In a solution of 60 g phosgene in 250 ml of toluene is allowed to run with stirring, the solution of 56.5 g (0.5 mole) of caprolactam in 150 ml toluene over 1 hour at -10 ^0C. The temperature is now allowed to rise to 20 ^° C. and excess phosgene, together with part of the solvent, is then drawn off into a well-cooled receiver in a water-jet vacuum. The surviving crystal is now entered into a finely divided slurry of 108 g (1 mol) of o-phenylenediamine in 1000 ml of o-dichlorobenzene at room temperature with good stirring, the reaction mixture by passing dry nitrogen heated while toluene up to a bottom temperature of 180 ⁰ C distilled off. The 2-phase mixture is kept for 3 to 4 hours under nitrogen with thorough stirring at 180 ^° C., allowed to cool and stirred into a mixture of 150 g of sodium hydroxide solution and 500 ml of ice water. After thorough mixing, the organic phase is separated off, dried over Na ₂ SO., Concentrated in vacuo and distilled in a high vacuum. After a forerun of excess ο-phenylene diamine = 80 g (78.8 # of theory) of 2- (5'-aminopentyl) -benzimidazole, almost colorless crystalline solidifying oil from kpq _n ~ 207 ⁰ C.

Example 2

A mixture of 104.5 g (0.5 mol) Anhydrodicaprolactam and ⁸¹ g (0.75 mol) of o-phenylenediamine is melted under nitrogen, held for 1 hour with stirring at 8O ⁰ C, then brought in 1 hour to 200 ⁰ C. and held at this temperature for 30 minutes.
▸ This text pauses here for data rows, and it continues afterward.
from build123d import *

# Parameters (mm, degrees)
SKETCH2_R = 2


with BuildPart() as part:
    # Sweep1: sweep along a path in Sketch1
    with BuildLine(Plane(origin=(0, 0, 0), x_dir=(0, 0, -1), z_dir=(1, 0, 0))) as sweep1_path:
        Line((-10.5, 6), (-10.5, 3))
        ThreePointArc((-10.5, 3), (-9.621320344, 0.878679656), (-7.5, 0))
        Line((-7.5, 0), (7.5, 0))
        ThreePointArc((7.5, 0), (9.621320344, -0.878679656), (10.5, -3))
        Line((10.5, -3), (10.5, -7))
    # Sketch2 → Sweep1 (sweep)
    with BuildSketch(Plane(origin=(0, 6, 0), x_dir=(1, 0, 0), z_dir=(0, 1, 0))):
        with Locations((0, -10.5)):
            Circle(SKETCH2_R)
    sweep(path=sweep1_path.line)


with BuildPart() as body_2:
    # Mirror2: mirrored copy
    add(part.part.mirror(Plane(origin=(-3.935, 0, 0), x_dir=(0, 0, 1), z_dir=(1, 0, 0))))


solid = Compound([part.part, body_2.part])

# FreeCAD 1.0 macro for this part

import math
import FreeCAD as App
import Part
import Sketcher
Q = App.Units.Quantity

doc = App.newDocument("Part")
body = doc.addObject("PartDesign::Body", "Body")

# Sketch on XZ plane
sketch1 = doc.addObject("Sketcher::SketchObject", "Sketch")
body.addObject(sketch1)
sketch1.AttachmentSupport = (doc.XZ_Plane, [""])
sketch1.MapMode = "FlatFace"
sketch1.AttachmentOffset = App.Placement(App.Vector(0, 0, -6), App.Rotation())
sketch1.addGeometry(Part.Circle(App.Vector(0, 10.5, 0), App.Vector(0, 0, 1), 2), False)
sketch1.addConstraint([
    Sketcher.Constraint("PointOnObject", 0, 3, -2),
    Sketcher.Constraint("Diameter", 0, Q("4 mm")),
    Sketcher.Constraint("DistanceY", -1, 1, 0, 3, Q("10.5 mm")),
])

# Sketch on YZ plane
sketch2 = doc.addObject("Sketcher::SketchObject", "Sketch001")
body.addObject(sketch2)
sketch2.AttachmentSupport = (doc.YZ_Plane, [""])
sketch2.MapMode = "FlatFace"
sketch2.addGeometry([
    Part.LineSegment(App.Vector(6, 10.5, 0), App.Vector(3, 10.5, 0)),  # 0
    Part.ArcOfCircle(Part.Circle(App.Vector(3, 7.5, 0), App.Vector(0, 0, 1), 3), math.radians(90), math.radians(180)),  # 1
    Part.LineSegment(App.Vector(0, 7.5, 0), App.Vector(0, -7.5, 0)),  # 2
    Part.ArcOfCircle(Part.Circle(App.Vector(-3, -7.5, 0), App.Vector(0, 0, 1), 3), math.radians(-90), math.radians(0)),  # 3
    Part.LineSegment(App.Vector(-3, -10.5, 0), App.Vector(-7, -10.5, 0)),  # 4
], False)
sketch2.addConstraint([
    Sketcher.Constraint("Tangent", 0, 2, 1, 1),
    Sketcher.Constraint("Tangent", 1, 2, 2, 1),
    Sketcher.Constraint("Tangent", 2, 2, 3, 2),
    Sketcher.Constraint("Tangent", 3, 1, 4, 1),
    Sketcher.Constraint("Horizontal", 0),
    Sketcher.Constraint("Vertical", 2),
    Sketcher.Constraint("Horizontal", 4),
    Sketcher.Constraint("Equal", 1, 3),
    Sketcher.Constraint("Symmetric", 1, 3, 3, 3, -1, 1),
    Sketcher.Constraint("Radius", 1, Q("3 mm")),
    Sketcher.Constraint("DistanceX", 0, 2, 0, 1, Q("3 mm")),
    Sketcher.Constraint("DistanceX", 4, 2, 4, 1, Q("4 mm")),
    Sketcher.Constraint("DistanceY", 2, 2, 2, 1, Q("15 mm")),
])
doc.recompute()

additivepipe = doc.addObject("PartDesign::AdditivePipe", "AdditivePipe")
body.addObject(additivepipe)
additivepipe.Profile = sketch1
additivepipe.Spine = (sketch2, ["Edge1", "Edge2", "Edge3", "Edge4", "Edge5"])
body2 = doc.addObject("PartDesign::Body", "Body001")
doc.recompute()

mirroring = doc.addObject("Part::Mirroring", "Mirroring")
mirroring.Source = body
mirroring.Base = App.Vector(-3.935, 0, 0)
mirroring.Normal = App.Vector(1, 0, 0)
body2.BaseFeature = mirroring
doc.recompute()
mirroring.Visibility = False

doc.recompute()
After cooling to 100 ⁰ C is fractionated in an oil pump vacuum; is obtained after a forerun of caprolactam and excess o-phenylenediamine 66.5 g (76.3 fo of theory) of 2- (5'-aminopentyl) -benz = imidazol a boiling _{n n7} 207 ⁰ C. The compound is identical

UyUf

with that obtained according to Example 1.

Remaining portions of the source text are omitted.